On Saturday, Zamore’s text-study will reflect on the Israelites’ journey out of slavery into freedom, as Jews everywhere prepare for Passover. Closely studying the Biblical narrative and the later commentaries, Zamore will teach the three foods – matzah, hametz and manna — that trace the Jewish journey, culminating with a discussion that will shed light on complicated, modern food choices.

 

                The Saturday afternoon workshops will cover the following topics:

•  “Writing about Food: Criticism and Appreciation”
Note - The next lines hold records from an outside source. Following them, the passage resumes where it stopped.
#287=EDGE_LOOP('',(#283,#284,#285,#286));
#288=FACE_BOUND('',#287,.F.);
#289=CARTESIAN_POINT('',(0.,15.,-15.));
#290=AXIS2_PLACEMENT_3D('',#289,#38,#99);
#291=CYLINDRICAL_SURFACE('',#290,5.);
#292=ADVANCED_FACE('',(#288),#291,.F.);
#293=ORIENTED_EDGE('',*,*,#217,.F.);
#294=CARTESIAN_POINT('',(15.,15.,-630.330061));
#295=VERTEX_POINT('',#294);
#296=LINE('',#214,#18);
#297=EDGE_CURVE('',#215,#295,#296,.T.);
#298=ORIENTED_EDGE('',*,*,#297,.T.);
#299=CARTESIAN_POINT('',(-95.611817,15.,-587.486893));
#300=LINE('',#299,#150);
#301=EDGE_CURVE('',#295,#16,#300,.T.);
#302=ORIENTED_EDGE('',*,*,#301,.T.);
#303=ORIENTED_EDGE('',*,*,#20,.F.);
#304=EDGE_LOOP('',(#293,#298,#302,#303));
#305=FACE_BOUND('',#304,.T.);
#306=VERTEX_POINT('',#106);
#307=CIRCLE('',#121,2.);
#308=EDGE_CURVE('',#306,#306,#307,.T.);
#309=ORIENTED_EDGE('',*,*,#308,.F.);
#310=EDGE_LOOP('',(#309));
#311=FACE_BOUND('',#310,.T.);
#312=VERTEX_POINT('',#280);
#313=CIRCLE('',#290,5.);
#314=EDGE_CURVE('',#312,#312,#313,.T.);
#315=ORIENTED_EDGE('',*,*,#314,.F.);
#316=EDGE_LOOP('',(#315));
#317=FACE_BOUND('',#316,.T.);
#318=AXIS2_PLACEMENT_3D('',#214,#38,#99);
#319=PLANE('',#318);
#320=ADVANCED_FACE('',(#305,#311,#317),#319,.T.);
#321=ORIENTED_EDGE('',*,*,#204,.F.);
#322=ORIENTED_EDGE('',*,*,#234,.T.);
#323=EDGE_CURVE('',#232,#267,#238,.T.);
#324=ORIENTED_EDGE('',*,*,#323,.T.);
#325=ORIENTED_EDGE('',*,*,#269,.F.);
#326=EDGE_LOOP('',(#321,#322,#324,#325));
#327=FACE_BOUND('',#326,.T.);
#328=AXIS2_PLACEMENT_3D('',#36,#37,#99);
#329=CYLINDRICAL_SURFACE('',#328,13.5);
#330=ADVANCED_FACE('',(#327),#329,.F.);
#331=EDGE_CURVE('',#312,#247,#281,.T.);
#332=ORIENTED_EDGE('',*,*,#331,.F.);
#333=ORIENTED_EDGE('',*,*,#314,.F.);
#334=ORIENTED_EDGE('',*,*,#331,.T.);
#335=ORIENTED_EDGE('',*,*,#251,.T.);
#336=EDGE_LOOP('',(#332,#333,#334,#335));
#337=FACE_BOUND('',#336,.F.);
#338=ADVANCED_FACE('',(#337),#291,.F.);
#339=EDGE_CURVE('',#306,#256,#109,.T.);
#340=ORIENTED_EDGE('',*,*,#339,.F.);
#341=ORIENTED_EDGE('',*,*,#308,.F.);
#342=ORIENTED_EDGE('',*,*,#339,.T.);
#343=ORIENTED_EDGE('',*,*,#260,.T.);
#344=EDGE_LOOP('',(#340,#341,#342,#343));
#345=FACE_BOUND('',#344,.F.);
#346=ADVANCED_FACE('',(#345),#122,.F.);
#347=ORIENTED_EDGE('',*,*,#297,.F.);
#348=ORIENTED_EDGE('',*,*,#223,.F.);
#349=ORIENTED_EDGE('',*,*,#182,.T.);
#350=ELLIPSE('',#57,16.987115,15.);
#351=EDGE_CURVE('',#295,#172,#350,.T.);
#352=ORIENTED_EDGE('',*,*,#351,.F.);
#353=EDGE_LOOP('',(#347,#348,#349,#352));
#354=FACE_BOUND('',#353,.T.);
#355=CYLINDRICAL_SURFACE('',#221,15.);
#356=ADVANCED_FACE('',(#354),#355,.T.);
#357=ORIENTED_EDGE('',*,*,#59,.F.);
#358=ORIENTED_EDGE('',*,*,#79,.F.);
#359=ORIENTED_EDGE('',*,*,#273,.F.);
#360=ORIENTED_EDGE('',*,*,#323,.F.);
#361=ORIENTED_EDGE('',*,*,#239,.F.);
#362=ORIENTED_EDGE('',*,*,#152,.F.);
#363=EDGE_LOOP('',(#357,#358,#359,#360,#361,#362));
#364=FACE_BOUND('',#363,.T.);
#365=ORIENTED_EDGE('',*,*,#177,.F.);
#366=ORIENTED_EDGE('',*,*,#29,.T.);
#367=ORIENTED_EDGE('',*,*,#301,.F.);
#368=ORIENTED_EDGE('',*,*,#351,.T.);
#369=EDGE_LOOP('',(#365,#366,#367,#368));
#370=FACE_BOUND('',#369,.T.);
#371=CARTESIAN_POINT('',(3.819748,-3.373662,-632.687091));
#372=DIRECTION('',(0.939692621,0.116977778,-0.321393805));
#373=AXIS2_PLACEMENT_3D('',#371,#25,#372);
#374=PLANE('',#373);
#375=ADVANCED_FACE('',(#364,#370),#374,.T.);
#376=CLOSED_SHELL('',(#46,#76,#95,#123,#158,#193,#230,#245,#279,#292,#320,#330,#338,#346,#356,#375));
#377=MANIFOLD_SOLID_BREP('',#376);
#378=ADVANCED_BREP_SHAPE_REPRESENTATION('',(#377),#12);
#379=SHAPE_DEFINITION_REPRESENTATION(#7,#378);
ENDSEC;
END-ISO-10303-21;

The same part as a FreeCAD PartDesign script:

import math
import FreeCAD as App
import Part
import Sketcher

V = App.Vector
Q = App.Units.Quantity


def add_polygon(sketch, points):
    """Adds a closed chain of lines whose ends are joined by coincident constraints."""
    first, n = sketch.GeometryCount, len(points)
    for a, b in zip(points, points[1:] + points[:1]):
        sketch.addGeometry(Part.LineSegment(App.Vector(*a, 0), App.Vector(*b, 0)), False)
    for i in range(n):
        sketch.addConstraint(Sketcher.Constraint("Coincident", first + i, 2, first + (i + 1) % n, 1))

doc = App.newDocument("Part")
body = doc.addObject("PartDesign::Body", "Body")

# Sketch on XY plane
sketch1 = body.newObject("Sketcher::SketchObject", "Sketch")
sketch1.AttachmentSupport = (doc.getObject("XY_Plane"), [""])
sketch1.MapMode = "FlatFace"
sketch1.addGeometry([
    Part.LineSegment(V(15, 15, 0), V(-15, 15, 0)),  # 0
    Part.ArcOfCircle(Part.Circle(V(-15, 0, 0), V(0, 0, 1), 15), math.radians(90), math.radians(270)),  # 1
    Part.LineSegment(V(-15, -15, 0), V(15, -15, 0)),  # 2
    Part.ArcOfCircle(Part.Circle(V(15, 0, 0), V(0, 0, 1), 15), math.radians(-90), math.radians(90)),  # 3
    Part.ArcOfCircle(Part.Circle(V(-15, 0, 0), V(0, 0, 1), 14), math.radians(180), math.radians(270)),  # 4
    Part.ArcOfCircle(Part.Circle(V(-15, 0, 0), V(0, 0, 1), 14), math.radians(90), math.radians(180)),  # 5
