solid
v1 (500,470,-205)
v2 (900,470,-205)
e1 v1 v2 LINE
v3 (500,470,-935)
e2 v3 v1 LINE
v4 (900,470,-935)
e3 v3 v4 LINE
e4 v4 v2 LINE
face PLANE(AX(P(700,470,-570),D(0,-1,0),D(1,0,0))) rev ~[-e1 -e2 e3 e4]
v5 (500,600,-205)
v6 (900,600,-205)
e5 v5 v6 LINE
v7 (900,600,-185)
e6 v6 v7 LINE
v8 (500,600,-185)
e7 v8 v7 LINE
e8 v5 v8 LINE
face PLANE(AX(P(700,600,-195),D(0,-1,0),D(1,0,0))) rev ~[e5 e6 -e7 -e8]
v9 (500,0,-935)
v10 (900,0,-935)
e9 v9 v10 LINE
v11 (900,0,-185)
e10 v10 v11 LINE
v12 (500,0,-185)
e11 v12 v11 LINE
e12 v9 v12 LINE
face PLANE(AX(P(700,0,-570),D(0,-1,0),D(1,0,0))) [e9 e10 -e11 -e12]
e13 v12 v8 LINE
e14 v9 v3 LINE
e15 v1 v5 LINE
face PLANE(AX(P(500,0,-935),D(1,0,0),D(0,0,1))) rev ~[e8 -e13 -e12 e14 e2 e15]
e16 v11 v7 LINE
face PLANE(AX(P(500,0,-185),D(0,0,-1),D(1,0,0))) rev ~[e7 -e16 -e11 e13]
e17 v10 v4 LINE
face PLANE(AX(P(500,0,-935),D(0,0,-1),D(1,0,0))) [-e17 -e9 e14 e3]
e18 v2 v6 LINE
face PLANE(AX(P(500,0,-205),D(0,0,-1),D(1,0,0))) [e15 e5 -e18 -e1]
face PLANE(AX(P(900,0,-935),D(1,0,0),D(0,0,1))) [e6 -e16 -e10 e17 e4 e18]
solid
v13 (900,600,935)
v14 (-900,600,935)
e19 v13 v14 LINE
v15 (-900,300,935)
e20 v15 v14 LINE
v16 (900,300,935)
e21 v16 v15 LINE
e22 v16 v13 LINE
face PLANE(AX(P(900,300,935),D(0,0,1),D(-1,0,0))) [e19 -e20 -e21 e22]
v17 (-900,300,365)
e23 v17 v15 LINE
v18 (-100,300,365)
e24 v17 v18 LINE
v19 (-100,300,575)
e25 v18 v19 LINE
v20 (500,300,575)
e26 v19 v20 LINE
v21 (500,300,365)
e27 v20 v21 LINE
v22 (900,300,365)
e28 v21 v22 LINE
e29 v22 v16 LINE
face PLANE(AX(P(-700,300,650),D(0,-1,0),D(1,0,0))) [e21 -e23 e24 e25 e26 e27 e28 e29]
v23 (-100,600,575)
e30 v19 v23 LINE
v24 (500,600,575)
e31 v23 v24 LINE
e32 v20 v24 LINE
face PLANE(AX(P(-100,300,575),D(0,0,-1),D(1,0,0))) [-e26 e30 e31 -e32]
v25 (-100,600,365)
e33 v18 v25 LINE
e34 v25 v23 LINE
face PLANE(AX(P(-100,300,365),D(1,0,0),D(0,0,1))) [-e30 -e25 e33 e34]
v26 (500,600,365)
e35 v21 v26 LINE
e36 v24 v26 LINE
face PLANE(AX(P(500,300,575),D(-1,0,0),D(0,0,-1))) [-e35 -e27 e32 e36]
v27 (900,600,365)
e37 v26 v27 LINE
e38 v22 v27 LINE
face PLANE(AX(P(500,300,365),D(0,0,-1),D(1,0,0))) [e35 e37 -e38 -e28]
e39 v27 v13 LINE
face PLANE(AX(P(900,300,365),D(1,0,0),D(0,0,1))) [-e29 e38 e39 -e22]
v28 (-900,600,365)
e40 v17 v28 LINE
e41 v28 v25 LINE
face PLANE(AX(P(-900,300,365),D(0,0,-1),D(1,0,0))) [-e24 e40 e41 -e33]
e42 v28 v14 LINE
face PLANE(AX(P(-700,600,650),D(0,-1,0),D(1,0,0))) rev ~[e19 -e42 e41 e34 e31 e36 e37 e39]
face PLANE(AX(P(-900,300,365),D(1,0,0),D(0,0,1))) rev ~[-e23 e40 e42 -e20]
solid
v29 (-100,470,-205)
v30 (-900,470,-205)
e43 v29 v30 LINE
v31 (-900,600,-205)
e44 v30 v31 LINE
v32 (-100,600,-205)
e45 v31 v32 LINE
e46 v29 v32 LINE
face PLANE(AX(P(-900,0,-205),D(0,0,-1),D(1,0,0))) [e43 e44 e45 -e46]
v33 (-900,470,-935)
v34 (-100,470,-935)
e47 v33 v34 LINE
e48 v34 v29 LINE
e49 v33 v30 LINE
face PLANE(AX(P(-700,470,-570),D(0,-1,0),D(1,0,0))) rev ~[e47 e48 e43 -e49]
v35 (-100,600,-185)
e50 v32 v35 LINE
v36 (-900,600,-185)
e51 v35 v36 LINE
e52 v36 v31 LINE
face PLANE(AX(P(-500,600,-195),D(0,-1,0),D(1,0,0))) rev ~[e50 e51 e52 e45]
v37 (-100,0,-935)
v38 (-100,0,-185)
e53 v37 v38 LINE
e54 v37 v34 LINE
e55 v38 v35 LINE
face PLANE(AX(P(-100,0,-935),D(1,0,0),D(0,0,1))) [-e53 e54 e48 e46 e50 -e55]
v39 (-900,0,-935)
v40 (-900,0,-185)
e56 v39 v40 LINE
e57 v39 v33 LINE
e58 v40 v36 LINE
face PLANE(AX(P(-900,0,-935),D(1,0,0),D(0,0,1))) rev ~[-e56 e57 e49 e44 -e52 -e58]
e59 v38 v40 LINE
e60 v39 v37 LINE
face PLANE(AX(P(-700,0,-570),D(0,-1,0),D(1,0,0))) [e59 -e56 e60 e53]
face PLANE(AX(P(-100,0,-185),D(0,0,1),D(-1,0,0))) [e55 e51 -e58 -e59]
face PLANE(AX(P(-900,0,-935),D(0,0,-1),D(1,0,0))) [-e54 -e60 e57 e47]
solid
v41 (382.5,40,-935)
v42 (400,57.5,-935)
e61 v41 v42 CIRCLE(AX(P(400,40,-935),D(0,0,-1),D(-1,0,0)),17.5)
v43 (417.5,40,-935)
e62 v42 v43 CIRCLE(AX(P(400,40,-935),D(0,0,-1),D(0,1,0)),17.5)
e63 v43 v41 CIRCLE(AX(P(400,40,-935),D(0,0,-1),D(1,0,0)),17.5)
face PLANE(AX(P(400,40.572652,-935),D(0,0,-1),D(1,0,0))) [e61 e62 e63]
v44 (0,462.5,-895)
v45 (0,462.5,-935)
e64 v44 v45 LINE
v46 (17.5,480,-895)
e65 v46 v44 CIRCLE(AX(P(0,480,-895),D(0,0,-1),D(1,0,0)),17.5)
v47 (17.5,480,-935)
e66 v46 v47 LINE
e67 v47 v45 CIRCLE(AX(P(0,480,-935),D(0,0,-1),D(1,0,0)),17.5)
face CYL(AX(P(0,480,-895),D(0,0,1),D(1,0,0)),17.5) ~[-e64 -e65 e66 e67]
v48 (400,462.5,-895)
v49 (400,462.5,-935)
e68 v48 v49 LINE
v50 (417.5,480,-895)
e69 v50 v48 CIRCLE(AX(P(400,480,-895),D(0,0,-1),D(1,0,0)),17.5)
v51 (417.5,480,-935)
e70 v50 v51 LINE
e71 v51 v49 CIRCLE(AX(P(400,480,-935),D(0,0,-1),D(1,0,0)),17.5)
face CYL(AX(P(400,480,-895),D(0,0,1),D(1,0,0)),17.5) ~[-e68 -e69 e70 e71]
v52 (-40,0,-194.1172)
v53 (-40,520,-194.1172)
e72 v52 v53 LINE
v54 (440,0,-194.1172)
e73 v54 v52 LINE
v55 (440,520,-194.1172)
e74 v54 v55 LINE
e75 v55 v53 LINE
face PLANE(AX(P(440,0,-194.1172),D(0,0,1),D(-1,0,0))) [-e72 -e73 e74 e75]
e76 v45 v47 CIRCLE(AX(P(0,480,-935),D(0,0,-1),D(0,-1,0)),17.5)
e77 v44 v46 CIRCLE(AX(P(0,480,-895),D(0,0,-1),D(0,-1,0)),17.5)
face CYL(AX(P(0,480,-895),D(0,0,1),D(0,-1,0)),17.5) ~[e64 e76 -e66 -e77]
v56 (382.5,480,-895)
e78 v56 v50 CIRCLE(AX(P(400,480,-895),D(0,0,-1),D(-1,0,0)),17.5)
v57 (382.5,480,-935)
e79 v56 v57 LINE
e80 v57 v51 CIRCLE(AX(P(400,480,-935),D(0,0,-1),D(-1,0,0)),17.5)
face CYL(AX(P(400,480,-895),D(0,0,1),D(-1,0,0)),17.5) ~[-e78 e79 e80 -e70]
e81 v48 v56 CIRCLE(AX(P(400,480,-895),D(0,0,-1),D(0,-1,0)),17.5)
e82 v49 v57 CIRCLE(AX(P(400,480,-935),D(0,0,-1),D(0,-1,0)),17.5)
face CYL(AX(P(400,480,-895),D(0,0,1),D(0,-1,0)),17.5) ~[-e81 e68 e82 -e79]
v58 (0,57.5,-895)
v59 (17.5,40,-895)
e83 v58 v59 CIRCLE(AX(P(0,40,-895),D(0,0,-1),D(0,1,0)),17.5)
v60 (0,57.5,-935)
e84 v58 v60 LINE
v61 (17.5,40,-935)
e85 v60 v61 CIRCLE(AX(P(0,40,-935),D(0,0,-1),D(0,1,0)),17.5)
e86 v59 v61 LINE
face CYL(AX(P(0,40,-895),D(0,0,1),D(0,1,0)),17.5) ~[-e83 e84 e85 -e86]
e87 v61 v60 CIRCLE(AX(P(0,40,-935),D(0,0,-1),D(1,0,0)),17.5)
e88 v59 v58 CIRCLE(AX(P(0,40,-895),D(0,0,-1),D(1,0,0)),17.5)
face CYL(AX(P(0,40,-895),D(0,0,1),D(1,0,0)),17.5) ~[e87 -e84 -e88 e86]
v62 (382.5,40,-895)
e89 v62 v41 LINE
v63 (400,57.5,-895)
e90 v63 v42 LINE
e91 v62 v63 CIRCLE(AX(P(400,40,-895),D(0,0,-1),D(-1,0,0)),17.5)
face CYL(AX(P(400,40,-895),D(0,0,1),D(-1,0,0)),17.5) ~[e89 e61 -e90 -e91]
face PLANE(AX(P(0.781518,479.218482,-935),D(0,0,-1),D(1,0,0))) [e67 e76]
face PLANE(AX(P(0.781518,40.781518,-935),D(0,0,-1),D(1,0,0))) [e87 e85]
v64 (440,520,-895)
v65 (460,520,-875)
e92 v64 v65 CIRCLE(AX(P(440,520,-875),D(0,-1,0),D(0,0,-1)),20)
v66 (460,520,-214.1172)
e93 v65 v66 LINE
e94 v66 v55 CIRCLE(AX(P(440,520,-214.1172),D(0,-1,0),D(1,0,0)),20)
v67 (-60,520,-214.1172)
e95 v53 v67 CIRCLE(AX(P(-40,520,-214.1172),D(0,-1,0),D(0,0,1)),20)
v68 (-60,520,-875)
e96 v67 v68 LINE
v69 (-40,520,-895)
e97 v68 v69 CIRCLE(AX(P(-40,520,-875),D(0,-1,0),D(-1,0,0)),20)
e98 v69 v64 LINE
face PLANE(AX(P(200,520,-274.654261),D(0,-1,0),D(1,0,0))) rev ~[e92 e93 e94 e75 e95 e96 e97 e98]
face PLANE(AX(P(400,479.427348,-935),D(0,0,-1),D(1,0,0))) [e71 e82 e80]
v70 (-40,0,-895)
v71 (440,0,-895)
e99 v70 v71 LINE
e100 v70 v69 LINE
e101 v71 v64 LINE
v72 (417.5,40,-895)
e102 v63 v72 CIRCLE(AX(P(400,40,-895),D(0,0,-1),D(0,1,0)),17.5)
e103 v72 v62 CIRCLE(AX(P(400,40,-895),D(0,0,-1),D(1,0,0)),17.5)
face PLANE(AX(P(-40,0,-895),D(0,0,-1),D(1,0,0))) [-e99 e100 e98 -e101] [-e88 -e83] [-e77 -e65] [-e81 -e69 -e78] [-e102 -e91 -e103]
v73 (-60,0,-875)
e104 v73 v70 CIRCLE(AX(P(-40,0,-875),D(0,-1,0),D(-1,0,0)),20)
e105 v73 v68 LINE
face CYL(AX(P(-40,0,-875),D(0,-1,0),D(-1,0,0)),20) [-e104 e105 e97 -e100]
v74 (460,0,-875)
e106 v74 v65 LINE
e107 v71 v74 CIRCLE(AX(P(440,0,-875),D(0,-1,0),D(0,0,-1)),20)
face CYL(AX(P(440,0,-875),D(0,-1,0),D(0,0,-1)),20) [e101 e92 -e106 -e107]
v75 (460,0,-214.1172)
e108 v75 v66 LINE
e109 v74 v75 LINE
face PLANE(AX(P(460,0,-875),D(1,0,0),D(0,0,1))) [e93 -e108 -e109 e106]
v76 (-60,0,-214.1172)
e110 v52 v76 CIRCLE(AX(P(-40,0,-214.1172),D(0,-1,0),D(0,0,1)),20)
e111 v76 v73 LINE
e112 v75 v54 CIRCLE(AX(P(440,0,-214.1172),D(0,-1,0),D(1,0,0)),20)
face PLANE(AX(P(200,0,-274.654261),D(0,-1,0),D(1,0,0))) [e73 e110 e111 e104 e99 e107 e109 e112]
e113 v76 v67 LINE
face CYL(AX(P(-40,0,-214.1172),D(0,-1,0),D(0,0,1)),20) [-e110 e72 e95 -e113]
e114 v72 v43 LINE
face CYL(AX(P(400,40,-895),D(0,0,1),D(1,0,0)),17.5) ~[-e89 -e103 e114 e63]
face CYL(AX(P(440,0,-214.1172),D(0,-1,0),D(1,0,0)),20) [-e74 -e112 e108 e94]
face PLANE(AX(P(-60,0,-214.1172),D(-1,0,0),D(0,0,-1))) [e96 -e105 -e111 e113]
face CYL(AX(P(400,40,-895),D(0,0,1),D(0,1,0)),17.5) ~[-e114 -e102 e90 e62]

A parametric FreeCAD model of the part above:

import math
import FreeCAD as App
import Part
import Sketcher

V = App.Vector
Q = App.Units.Quantity

doc = App.newDocument("Part")
body = doc.addObject("PartDesign::Body", "Body")

# Sketch on XZ plane
sketch1 = body.newObject("Sketcher::SketchObject", "Sketch")
sketch1.AttachmentSupport = (doc.getObject("XZ_Plane"), [""])
sketch1.MapMode = "FlatFace"
sketch1.addGeometry([
    Part.LineSegment(V(-60, -214, 0), V(-60, -875, 0)),  # 0
    Part.ArcOfCircle(Part.Circle(V(-40, -875, 0), V(0, 0, 1), 20), math.radians(180), math.radians(270)),  # 1
    Part.LineSegment(V(-40, -895, 0), V(440, -895, 0)),  # 2
    Part.ArcOfCircle(Part.Circle(V(440, -875, 0), V(0, 0, 1), 20), math.radians(-90), math.radians(0)),  # 3
    Part.LineSegment(V(460, -875, 0), V(460, -214, 0)),  # 4
    Part.ArcOfCircle(Part.Circle(V(440, -214, 0), V(0, 0, 1), 20), math.radians(0), math.radians(90)),  # 5
    Part.LineSegment(V(440, -194, 0), V(-40, -194, 0)),  # 6
    Part.ArcOfCircle(Part.Circle(V(-40, -214, 0), V(0, 0, 1), 20), math.radians(90), math.radians(180)),  # 7
], False)
sketch1.addConstraint([
    Sketcher.Constraint("Tangent", 0, 2, 1, 1),
    Sketcher.Constraint("Tangent", 1, 2, 2, 1),
    Sketcher.Constraint("Tangent", 2, 2, 3, 1),
    Sketcher.Constraint("Tangent", 3, 2, 4, 1),
    Sketcher.Constraint("Tangent", 4, 2, 5, 1),
    Sketcher.Constraint("Tangent", 5, 2, 6, 1),
    Sketcher.Constraint("Tangent", 6, 2, 7, 1),
    Sketcher.Constraint("Tangent", 7, 2, 0, 1),
    Sketcher.Constraint("Vertical", 0),
    Sketcher.Constraint("Horizontal", 2),
    Sketcher.Constraint("Vertical", 4),
    Sketcher.Constraint("Horizontal", 6),
    Sketcher.Constraint("Equal", 1, 3),
    Sketcher.Constraint("Equal", 3, 5),
    Sketcher.Constraint("Equal", 5, 7),
    Sketcher.Constraint("Radius", 1, Q("20 mm")),
    Sketcher.Constraint("DistanceX", 2, 1, 2, 2, Q("480 mm")),
    Sketcher.Constraint("DistanceX", 1, 3, -1, 1, Q("40 mm")),
    Sketcher.Constraint("DistanceY", 1, 3, -1, 1, Q("875 mm")),
    Sketcher.Constraint("DistanceY", 0, 2, 0, 1, Q("660.8828 mm")),
])
pad1 = body.newObject("PartDesign::Pad", "Pad")
pad1.Profile = sketch1
pad1.Length = 520
pad1.Reversed = True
Daniel Berman has been writing a Capital Region blog for Yelp.com for the past seven years and has written extensively for All Over Albany in search of a few of the region’s hidden culinary treasures. His workshop will discuss the challenges to achieving culinary greatness, and share potential solutions.

 

• Exploring the Challenges of Balancing Social Justice with Food Systems

Amy Koren-Roth, assistant director of the Bureau of Nutrition Risk Reduction at the New York State Department of Health, facilitates a discussion of key issues on balancing personal choices and concepts of equity while sustaining the global food systems for future generations;

 

• Why Is This Wine Different from All Other Wines?

Wine and grape juice have special status in Judaism and, therefore, special rules. This session, led by Rabbi Cashman, will look at the rules that make wines kosher and how viniculture has been important in the land and State of Israel and in Jewish life around the world.

 

Founders’ Day honors the memories of Isaac Mayer Wise and Stephen S. Wise, the founders of the major institutions of Reform Judaism in America. Isaac Mayer Wise was born March 29, 1819, and died in 1900 on the 25th of II Adar, which this year (2015) is March 16. Stephen S. Wise was born March 17, 1874, and died in April 1949 at the end of Passover. Consequently, in the Capital Region the day is observed on the last Shabbat in March with a joint service of all the congregations. Participating synagogues are B’nai Sholom Reform Congregation, Congregation Beth Emeth in Albany, Congregation Berith Sholom in Troy, Congregation Gates of Heaven in Schenectady, Temple Sinai in Saratoga Springs and Temple Beth El in Glens Falls.

 

B’nai Sholom’s Founders’ Day Shabbaton is funded in part by a generous grant from the Jewish Federation of Northeastern New York.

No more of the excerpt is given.